::: DATA :::

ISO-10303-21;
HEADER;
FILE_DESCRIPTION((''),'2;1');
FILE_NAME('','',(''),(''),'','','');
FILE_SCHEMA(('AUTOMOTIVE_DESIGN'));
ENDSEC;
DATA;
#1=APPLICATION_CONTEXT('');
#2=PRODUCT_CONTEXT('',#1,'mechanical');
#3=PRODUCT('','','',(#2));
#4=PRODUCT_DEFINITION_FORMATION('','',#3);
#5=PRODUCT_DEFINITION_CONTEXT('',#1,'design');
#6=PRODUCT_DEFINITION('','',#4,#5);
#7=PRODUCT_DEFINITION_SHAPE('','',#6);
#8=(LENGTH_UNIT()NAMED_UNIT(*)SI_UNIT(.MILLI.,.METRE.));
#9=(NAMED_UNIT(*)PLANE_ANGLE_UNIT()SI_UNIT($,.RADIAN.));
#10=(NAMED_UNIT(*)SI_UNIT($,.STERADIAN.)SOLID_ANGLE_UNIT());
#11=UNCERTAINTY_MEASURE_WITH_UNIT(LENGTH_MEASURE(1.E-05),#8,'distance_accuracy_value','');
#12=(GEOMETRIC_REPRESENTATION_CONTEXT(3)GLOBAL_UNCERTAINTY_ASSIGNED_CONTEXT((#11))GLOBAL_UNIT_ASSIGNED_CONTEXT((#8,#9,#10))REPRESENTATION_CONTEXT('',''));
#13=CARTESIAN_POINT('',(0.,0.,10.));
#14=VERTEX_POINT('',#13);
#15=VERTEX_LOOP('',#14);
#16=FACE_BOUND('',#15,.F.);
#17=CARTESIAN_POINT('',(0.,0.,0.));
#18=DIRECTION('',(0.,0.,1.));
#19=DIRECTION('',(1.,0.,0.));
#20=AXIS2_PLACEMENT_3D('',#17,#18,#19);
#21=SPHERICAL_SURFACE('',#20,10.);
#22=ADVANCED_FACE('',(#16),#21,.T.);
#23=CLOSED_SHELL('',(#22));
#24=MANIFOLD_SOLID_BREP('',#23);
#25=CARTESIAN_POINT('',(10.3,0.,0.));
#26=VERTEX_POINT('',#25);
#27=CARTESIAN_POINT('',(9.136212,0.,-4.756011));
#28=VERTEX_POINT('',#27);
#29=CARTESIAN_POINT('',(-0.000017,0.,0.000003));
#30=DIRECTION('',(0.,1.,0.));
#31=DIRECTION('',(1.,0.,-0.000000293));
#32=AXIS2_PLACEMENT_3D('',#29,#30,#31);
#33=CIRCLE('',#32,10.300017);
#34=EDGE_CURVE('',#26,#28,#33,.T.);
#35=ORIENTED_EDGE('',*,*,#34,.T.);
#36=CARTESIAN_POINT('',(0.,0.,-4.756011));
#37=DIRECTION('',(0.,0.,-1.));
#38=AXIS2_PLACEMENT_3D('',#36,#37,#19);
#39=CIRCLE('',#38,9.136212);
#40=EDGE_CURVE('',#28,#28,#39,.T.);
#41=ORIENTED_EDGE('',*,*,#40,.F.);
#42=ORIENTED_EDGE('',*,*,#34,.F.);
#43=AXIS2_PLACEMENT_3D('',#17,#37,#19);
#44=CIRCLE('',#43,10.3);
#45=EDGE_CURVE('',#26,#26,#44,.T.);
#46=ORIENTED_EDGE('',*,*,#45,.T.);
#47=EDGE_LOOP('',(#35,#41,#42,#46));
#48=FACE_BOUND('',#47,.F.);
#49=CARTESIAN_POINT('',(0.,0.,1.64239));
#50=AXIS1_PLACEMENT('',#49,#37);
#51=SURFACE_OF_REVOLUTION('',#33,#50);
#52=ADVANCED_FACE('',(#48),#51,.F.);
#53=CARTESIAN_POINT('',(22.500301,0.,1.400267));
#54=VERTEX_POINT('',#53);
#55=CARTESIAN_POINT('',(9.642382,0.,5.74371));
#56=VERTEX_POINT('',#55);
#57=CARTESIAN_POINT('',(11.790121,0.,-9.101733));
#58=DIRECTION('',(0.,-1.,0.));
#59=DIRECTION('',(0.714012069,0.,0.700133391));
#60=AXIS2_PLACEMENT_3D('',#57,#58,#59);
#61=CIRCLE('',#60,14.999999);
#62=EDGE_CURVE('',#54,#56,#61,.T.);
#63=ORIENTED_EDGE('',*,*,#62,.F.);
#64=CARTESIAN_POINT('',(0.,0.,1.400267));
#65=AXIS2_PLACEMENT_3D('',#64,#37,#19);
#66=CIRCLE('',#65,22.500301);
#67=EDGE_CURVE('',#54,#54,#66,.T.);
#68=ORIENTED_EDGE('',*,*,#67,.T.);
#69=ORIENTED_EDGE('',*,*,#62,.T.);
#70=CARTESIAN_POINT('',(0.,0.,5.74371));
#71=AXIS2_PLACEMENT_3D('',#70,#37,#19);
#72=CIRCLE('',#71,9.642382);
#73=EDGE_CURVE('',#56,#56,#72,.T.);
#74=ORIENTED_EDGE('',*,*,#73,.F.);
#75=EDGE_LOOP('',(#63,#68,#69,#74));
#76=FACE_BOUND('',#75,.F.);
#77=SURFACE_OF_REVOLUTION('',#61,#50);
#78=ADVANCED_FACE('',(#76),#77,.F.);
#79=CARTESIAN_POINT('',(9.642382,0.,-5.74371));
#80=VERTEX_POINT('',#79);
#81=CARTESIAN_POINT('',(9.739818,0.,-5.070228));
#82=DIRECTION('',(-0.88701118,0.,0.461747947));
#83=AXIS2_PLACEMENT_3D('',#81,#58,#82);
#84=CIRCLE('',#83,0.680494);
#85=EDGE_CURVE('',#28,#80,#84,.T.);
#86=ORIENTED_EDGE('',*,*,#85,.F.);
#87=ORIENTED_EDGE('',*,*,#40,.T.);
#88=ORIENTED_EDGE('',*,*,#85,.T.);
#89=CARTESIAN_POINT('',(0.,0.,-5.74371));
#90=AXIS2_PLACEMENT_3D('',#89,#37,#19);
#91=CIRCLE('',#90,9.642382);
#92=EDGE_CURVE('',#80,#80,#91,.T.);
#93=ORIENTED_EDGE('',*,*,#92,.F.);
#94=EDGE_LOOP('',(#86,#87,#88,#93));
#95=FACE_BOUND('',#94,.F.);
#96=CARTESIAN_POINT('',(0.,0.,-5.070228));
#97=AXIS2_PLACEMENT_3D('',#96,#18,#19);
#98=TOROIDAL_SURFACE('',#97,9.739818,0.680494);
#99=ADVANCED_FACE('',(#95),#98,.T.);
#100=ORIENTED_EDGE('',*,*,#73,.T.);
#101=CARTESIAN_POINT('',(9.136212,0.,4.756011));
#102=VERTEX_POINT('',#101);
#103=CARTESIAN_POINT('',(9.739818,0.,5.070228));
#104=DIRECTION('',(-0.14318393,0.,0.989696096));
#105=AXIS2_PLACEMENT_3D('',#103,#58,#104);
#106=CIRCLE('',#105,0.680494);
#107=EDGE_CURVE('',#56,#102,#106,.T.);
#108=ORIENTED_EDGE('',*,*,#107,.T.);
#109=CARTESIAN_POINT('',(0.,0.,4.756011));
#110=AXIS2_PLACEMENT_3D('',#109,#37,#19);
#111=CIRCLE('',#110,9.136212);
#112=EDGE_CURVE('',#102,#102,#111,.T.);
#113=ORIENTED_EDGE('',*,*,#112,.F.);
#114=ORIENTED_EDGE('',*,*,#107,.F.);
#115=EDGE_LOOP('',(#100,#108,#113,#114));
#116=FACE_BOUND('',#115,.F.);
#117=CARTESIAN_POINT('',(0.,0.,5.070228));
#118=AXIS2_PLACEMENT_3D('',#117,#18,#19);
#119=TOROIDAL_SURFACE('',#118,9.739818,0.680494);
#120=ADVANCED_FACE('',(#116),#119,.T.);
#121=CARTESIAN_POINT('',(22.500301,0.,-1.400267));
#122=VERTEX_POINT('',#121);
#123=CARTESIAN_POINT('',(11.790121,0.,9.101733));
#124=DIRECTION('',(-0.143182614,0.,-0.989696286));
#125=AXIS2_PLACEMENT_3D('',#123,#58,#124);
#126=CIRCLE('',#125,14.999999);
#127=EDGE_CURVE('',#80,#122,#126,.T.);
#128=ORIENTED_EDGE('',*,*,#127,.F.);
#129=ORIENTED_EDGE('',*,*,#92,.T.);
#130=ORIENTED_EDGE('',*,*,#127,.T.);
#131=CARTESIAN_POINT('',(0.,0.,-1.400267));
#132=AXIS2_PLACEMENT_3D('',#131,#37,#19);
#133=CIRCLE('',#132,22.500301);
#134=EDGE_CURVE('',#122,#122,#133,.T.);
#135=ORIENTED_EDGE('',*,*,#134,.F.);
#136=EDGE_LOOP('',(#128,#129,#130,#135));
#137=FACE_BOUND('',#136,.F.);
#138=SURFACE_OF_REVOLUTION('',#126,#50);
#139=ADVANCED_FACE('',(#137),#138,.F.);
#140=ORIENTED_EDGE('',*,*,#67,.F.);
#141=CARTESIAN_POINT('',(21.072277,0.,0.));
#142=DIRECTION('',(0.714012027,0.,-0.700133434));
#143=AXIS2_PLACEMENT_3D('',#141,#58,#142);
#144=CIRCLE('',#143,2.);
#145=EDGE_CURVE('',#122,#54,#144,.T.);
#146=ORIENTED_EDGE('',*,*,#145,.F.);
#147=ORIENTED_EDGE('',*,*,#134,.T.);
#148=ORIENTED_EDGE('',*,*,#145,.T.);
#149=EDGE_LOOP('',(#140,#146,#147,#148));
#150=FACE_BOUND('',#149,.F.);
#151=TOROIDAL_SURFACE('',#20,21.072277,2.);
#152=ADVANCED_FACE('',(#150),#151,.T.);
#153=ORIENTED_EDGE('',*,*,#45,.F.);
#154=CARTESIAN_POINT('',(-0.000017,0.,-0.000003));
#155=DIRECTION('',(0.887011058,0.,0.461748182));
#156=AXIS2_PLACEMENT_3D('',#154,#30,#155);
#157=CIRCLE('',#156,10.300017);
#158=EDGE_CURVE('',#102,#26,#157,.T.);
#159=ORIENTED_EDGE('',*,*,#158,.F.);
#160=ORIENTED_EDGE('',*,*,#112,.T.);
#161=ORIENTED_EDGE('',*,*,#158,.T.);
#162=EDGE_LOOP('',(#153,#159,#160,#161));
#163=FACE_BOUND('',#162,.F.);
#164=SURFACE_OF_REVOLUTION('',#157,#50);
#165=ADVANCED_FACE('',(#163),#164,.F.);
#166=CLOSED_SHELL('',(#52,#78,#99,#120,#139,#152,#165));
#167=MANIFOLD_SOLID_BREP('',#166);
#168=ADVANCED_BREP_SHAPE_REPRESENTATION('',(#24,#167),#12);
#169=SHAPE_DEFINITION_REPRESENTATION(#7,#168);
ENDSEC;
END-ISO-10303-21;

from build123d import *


with BuildPart() as f2:
    # F0 (on Front) + F1 (on Front) → F2 (revolve)
    with BuildSketch(Plane.XZ):
        with BuildLine():
            Line((0, 10), (0, -10))
            ThreePointArc((0, -10), (10, 0), (0, 10))
        make_face()
    with BuildSketch(Plane.XZ):
        with BuildLine():
            ThreePointArc((9.136212, 4.756011), (10.004823, 2.448165), (10.3, 0))
            ThreePointArc((10.3, 0), (10.004823, -2.448165), (9.136212, -4.756011))
            ThreePointArc((9.136212, -4.756011), (9.134217, -5.380582), (9.642382, -5.74371))
            ThreePointArc((9.642382, -5.74371), (16.590665, -5.109345), (22.500301, -1.400267))
            ThreePointArc((22.500301, -1.400267), (23.072277, 0), (22.500301, 1.400267))
            ThreePointArc((22.500301, 1.400267), (16.590665, 5.109345), (9.642382, 5.74371))
            ThreePointArc((9.642382, 5.74371), (9.134217, 5.380582), (9.136212, 4.756011))
        make_face()
    revolve(axis=Axis((0, 0, 1.64239), (0, 0, -1)))


solid = f2.part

:::

# WHAT TO WORK ON
Considering only the material above, set down every line from the one with "#140=ORIENTED_EDGE('',*,*,#67,.F.);" to the one with "#145=EDGE_CURVE('',#122,#54,#144,.T.);", inclusive, exactly as written.

# ANSWER SPACE
#140=ORIENTED_EDGE('',*,*,#67,.F.);
#141=CARTESIAN_POINT('',(21.072277,0.,0.));
#142=DIRECTION('',(0.714012027,0.,-0.700133434));
#143=AXIS2_PLACEMENT_3D('',#141,#58,#142);
#144=CIRCLE('',#143,2.);
#145=EDGE_CURVE('',#122,#54,#144,.T.);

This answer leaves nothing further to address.